Let's Gossip

Message Broadcasting in Distributed Systems

Sharing information across the hosts present in a service is a common requirement in design of distributed systems. The post tries to cover some of the common design architectures which can be used to support message broadcasting.

Let's first discuss some of the use cases where such a component is needed.

  • Rate Limiting : Each client is assigned a quote per time unit. For effective rate limiting, each host must communicate to all other hosts the usage metrics of each client. Hosts will use this information to update its local quota for the client.
  • Membership Management : Each host might need to know about all the other hosts which are part of the service. Membership of hosts can be validated via heartbeats. We need efficient ways to ensure all hosts have updated membership information.
  • Consensus : Multiple hosts together might need to make a decision together. In order to achieve this, they will need to exchange messages with each other.

Now let's discuss some of the architectures which can be used to solve this problem.

Full Mesh Pattern

In Full Mesh Pattern, each host in the fleet will communicate/broadcast the information to every other host in the fleet.

Full Mesh

To achieve this, we would need a service registry where all hosts are registered when they join the fleet. The service registry can be implemented with existing technologies like ZooKeeper and can be used by the hosts to identify the rest of the hosts in the fleet. Alternatively, if supported, we could query the load balancer to get list of hosts registered with it.
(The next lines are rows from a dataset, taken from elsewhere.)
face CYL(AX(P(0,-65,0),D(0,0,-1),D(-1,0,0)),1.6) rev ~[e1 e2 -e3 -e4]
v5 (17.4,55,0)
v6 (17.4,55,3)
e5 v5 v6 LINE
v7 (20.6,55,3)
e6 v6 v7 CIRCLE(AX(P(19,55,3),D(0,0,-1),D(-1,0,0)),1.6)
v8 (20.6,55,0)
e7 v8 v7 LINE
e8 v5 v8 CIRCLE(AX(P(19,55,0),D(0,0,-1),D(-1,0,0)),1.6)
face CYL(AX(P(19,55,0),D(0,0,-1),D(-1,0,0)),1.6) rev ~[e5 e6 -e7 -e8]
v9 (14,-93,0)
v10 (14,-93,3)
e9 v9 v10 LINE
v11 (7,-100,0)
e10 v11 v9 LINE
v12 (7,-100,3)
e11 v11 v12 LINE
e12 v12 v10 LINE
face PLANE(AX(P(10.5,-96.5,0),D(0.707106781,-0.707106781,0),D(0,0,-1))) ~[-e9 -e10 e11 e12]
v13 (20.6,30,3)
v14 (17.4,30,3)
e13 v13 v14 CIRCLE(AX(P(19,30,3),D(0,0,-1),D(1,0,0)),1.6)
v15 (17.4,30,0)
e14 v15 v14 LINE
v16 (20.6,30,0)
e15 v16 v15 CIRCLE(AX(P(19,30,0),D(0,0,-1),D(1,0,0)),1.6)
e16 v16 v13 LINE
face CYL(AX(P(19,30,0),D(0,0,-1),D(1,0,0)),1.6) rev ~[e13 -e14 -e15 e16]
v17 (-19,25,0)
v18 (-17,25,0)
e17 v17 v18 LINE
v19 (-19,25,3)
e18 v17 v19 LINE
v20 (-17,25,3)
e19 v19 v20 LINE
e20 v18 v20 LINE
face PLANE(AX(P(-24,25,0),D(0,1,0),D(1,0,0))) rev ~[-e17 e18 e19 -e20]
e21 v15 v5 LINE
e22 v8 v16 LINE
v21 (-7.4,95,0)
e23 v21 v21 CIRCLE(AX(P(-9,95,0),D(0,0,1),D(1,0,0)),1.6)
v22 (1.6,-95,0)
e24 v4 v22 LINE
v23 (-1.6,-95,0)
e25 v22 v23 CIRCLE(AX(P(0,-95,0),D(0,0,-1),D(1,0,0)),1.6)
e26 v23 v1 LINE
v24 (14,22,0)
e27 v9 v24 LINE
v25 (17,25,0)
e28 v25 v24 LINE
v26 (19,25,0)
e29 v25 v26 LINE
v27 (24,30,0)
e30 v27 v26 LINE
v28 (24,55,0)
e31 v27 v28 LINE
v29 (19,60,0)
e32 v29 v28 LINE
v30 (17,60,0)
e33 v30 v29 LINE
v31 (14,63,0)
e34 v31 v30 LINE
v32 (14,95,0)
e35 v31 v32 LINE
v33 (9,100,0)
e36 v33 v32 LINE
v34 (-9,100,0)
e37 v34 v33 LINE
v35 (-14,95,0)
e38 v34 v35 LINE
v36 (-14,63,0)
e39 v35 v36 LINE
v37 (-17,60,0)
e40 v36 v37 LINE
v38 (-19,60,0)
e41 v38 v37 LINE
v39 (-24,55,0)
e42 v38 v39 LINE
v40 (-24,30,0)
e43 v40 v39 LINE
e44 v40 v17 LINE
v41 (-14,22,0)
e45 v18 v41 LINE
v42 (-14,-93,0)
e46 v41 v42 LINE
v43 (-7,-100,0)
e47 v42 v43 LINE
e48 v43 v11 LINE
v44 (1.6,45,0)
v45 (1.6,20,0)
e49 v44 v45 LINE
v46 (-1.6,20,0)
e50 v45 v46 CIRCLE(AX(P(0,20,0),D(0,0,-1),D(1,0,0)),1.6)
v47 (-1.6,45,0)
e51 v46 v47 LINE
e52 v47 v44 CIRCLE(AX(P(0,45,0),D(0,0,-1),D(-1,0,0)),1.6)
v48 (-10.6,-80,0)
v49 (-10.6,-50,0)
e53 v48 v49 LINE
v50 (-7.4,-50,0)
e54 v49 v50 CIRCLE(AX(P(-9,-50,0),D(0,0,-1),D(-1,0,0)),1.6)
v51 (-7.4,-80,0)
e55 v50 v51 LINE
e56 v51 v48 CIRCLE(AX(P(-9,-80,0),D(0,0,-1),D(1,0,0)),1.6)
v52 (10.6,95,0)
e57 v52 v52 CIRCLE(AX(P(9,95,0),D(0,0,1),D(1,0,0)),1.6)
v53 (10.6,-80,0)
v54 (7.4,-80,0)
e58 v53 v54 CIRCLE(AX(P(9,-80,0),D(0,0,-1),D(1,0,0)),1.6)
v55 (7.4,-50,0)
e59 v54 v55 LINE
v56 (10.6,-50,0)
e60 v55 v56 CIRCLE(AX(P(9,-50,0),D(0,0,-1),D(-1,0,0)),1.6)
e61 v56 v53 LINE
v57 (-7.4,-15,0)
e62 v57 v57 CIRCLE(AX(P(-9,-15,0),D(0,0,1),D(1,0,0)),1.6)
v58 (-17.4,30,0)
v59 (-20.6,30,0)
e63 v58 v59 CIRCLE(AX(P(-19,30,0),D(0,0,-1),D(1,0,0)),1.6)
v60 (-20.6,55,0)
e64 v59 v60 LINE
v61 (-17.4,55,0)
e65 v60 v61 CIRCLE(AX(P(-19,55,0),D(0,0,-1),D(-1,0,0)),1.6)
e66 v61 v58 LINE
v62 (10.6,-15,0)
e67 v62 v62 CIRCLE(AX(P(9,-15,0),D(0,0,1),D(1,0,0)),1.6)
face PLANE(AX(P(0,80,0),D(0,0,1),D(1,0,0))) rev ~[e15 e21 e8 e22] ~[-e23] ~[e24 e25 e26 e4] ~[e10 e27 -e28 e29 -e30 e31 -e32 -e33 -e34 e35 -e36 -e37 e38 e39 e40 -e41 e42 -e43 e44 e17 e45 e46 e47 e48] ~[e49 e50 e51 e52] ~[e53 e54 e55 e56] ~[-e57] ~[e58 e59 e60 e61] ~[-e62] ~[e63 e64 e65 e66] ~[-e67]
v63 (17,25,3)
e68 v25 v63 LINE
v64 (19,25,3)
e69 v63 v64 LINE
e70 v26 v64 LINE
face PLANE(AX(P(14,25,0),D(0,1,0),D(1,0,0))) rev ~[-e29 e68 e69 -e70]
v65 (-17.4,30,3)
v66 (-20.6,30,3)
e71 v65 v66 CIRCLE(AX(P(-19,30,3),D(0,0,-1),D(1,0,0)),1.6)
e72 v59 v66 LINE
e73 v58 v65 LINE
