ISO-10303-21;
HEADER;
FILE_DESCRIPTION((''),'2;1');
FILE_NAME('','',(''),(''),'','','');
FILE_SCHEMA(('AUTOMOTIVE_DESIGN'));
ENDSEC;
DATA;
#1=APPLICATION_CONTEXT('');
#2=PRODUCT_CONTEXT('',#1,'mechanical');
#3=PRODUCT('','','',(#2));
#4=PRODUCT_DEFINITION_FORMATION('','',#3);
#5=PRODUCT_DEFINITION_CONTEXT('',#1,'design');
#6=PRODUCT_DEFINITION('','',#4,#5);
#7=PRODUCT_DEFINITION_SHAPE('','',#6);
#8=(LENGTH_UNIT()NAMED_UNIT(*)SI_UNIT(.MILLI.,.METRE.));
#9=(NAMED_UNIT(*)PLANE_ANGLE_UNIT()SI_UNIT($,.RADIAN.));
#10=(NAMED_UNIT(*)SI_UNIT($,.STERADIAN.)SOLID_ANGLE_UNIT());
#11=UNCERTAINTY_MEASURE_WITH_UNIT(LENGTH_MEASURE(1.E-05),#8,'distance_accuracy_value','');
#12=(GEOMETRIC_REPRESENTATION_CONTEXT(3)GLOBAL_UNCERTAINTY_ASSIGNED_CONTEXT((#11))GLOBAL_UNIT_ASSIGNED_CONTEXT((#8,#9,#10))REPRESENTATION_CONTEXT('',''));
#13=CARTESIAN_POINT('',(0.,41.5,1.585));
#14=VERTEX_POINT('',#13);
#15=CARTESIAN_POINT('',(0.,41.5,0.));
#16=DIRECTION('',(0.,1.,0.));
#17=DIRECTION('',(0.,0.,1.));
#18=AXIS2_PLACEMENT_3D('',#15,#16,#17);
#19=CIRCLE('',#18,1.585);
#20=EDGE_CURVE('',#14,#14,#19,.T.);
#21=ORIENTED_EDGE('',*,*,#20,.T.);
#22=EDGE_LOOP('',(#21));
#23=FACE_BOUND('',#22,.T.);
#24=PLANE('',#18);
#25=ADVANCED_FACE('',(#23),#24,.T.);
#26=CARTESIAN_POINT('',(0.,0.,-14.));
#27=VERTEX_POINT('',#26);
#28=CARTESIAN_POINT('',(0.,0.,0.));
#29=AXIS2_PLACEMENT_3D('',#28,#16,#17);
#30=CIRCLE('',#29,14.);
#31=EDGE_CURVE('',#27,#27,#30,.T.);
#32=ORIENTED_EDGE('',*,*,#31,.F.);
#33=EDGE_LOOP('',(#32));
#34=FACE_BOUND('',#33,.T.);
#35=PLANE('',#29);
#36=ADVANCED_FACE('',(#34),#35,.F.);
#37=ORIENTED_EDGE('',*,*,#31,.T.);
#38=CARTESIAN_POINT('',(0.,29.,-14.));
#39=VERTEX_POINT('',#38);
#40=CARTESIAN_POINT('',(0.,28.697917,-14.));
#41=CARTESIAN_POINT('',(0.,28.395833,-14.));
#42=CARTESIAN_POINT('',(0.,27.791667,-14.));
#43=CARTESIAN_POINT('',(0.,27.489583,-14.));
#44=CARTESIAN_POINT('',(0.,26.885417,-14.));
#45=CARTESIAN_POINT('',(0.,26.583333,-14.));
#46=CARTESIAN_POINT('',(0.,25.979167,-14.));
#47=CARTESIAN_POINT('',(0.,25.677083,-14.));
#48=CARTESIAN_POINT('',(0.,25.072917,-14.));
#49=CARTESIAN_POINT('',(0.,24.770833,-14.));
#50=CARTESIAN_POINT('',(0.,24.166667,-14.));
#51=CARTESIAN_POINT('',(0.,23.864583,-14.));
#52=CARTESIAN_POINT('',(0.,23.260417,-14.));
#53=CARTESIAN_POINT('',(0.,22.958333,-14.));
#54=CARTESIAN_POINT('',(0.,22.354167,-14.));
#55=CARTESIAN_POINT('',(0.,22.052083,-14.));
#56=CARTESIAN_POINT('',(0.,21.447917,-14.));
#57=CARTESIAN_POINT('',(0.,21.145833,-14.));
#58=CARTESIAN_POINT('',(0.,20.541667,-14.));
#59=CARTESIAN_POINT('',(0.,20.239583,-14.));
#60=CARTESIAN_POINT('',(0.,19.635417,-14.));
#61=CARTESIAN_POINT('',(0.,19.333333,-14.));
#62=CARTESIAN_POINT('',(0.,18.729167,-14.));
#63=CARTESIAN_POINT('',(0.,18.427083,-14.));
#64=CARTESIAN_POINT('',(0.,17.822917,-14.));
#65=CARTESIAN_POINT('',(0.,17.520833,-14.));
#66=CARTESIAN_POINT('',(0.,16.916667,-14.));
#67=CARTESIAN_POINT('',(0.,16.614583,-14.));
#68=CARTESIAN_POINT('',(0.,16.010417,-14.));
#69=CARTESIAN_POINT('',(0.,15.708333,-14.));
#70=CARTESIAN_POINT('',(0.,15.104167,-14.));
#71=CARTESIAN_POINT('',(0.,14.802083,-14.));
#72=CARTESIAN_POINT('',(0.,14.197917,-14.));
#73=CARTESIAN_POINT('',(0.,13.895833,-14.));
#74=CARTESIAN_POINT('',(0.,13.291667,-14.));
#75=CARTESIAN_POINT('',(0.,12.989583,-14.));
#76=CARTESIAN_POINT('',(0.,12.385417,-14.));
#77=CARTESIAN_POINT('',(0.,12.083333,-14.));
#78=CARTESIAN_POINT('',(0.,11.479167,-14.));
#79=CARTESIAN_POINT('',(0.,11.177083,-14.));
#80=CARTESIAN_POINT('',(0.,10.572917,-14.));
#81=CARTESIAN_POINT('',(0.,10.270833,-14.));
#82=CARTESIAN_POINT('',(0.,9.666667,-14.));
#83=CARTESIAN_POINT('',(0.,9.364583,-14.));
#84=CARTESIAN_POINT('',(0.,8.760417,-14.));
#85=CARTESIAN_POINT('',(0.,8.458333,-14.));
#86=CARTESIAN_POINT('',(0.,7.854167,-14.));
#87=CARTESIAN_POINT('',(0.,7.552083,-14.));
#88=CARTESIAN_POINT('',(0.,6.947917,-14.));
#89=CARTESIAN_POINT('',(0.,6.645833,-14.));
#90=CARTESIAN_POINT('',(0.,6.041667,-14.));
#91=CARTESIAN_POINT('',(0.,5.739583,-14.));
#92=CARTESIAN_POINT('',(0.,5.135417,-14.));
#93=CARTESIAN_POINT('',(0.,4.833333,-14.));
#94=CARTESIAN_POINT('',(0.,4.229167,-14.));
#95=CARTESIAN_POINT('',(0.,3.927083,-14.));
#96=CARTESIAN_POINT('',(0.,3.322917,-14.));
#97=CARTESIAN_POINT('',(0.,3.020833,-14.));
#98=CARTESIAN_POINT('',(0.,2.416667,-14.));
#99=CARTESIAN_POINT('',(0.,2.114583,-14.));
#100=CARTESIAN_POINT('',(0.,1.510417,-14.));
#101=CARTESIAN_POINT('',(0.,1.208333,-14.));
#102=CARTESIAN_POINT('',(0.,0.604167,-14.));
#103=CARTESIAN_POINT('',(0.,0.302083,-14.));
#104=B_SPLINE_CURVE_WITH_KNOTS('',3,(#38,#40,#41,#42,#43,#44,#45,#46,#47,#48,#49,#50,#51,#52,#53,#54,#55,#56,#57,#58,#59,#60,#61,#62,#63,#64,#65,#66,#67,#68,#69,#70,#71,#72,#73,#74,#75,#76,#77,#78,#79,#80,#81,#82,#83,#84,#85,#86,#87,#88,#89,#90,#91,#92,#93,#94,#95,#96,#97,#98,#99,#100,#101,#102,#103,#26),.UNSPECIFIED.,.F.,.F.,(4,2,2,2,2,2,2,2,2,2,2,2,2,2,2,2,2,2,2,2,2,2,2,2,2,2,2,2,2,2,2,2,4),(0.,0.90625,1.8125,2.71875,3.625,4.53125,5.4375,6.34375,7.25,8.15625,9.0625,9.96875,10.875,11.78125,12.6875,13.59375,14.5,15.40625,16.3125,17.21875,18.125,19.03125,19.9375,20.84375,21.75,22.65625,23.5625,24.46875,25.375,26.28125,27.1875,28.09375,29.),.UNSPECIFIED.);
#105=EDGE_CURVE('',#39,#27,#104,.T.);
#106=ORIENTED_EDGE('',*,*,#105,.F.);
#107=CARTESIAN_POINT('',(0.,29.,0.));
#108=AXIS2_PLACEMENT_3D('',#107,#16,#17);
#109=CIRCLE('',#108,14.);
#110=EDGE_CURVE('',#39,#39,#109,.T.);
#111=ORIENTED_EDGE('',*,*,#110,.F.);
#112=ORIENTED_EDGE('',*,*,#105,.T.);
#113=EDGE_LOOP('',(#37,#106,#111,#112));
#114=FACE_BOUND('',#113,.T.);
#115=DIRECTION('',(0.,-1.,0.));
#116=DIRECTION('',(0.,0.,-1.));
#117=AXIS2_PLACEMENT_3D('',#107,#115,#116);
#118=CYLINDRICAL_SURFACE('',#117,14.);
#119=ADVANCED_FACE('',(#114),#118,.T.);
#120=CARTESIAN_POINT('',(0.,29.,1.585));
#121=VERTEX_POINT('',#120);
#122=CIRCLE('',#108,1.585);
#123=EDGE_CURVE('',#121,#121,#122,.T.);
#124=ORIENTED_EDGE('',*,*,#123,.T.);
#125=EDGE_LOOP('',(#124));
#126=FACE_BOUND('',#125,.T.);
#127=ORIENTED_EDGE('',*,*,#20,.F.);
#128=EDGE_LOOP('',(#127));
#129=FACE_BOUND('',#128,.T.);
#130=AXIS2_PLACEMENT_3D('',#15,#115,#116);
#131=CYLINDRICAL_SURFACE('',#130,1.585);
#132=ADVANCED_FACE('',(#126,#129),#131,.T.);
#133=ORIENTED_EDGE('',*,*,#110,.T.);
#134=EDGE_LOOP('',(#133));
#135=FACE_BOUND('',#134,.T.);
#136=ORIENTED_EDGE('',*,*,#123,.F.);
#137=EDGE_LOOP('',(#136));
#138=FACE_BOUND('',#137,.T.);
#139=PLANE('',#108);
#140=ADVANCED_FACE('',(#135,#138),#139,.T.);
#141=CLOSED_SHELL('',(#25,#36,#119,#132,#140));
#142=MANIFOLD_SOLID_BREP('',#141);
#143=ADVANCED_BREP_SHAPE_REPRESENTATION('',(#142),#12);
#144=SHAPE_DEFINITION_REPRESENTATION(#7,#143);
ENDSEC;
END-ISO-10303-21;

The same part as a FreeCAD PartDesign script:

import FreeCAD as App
import Part
import Sketcher
from FreeCAD import Vector

doc = App.newDocument("Part")
body = doc.addObject("PartDesign::Body", "Body")

sketch1 = body.newObject("Sketcher::SketchObject", "Sketch")
sketch1.AttachmentSupport = (doc.getObject("XZ_Plane"), [""])
sketch1.MapMode = "FlatFace"
sketch1.addGeometry(Part.Circle(Vector(0, 0, 0), Vector(0, 0, 1), 14), False)
sketch1.addConstraint(Sketcher.Constraint("Coincident", 0, 3, -1, 1))
sketch1.addConstraint(Sketcher.Constraint("Diameter", 0, 28.0))
pad1 = body.newObject("PartDesign::Pad", "Pad")
pad1.Profile = sketch1
pad1.Length = 29
pad1.Reversed = True

sketch2 = body.newObject("Sketcher::SketchObject", "Sketch001")
sketch2.AttachmentSupport = (doc.getObject("XZ_Plane"), [""])
sketch2.MapMode = "FlatFace"
sketch2.AttachmentOffset = App.Placement(Vector(0, 0, -29), App.Rotation())
sketch2.addGeometry(Part.Circle(Vector(0, 0, 0), Vector(0, 0, 1), 1.6), False)
sketch2.addConstraint(Sketcher.Constraint("Coincident", 0, 3, -1, 1))
sketch2.addConstraint(Sketcher.Constraint("Diameter", 0, 3.17))
pad2 = body.newObject("PartDesign::Pad", "Pad001")
pad2.Profile = sketch2
pad2.Length = 12.5
pad2.Reversed = True

doc.recompute()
This approach is pretty straightforward to implement and is a viable option to start with. But as the size of the fleet grows this approach becomes a scalability bottleneck. The number of connections has a quadratic dependency on the number of hosts. Something similar had happened during the Kinesis outage of November 2020. An alternate to avoid such failures would be to look into cell based architecture, but that's a discussion for another day.

Gossip Protocol

Gossip Protocol spreads messages to all hosts in a way similar to how an epidemic spreads. Each host will randomly select a few of its peers and share the updates with them on a configured frequency. This way each peer will eventually receive the piece of information.

Gossip Protocol

Cassandra uses this protocol to discover location and state information of other nodes in the cluster. WeaveNet is a framework which internally uses gossip protocol to transmit membership information to all hosts. This article explains how it can be integrated with ECS and can be used to broadcast information to all hosts.

Distributed Caching

Distributed Cache

Caches are a commonly used component of distributed systems. For this use case too, a distributed cache like Redis can be used to store the data which needs to be shared among the hosts. All hosts can update and read the information from this cache cluster. Since most distributed systems already have cache cluster, they can be easily extended to this use case. AWS ElastiCache for Redis can be to implement such a pattern.

Coordination Service

Coordination Service for Leader Selection

Another alternative is to assign a leader to the cluster. This leader will be responsible for fetching the data from all hosts and then relaying back the updates to them. This leads us to another issue, how to select a leader? Leader selection is a well known problem and can be achieved via algorithms like Paxos and Raft. But it is very complicated to implement such algorithms with proper failure handling. Alternatively, Apache ZooKeeper can be used to select the leader.

Random Leader Selection

Random Leader Selection

Leader selection algorithms ensure that exactly one leader is selected in the cluster at a time. But some use cases like the rate limiting problem can still work when more than one leaders are selected. Since coordination service solution explained above sacrifices availability for consistency, an alternate where random node is selected as a leader can be used in use cases where availability is of higher importance. In such cases, there might be more than one leader selected in the cluster at a time.